## Exercise details
For this listing, the lines between the one holding "extrude(amount=BOSS_EXTRUDE1_DEPTH)" and the one holding "FreeCAD Python script", inclusive, must be set down exactly.
*** Opening of Records ***
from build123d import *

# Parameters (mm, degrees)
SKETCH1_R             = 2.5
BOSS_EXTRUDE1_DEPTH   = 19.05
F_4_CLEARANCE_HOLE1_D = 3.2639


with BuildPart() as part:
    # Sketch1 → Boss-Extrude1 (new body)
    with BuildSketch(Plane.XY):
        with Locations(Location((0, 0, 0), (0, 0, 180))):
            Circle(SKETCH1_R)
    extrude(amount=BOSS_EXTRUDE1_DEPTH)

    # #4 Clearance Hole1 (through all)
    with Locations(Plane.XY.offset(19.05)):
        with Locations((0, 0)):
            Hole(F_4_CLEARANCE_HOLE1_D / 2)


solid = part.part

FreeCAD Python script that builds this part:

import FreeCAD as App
import Part
import Sketcher

V = App.Vector

doc = App.newDocument("Part")
body = doc.addObject("PartDesign::Body", "Body")

sketch1 = body.newObject("Sketcher::SketchObject", "Sketch")
sketch1.AttachmentSupport = (doc.getObject("XY_Plane"), [""])
sketch1.MapMode = "FlatFace"
sketch1.addGeometry(Part.Circle(V(0, 0, 0), V(0, 0, 1), 2.5), False)
sketch1.addConstraint([
    Sketcher.Constraint("Coincident", 0, 3, -1, 1),
    Sketcher.Constraint("Diameter", 0, 5.0),
])
pad1 = body.newObject("PartDesign::Pad", "Pad")
pad1.Profile = sketch1
pad1.Length = 19.05

sketch2 = body.newObject("Sketcher::SketchObject", "Sketch001")
sketch2.AttachmentSupport = (doc.getObject("XY_Plane"), [""])
sketch2.MapMode = "FlatFace"
sketch2.AttachmentOffset = App.Placement(V(0, 0, 19.05), App.Rotation())
sketch2.addGeometry(Part.Circle(V(0, 0, 0), V(0, 0, 1), 1.6), False)
sketch2.addConstraint([
    Sketcher.Constraint("Coincident", 0, 3, -1, 1),
    Sketcher.Constraint("Diameter", 0, 3.2639),
])
doc.recompute()
hole = body.newObject("PartDesign::Hole", "Hole")
hole.Profile = sketch2
hole.ThreadType = "None"
hole.Diameter = 3.2639
hole.DepthType = "ThroughAll"

doc.recompute()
*** Close of Records ***
## Solution
    extrude(amount=BOSS_EXTRUDE1_DEPTH)

    # #4 Clearance Hole1 (through all)
    with Locations(Plane.XY.offset(19.05)):
        with Locations((0, 0)):
            Hole(F_4_CLEARANCE_HOLE1_D / 2)


solid = part.part

FreeCAD Python script that builds this part:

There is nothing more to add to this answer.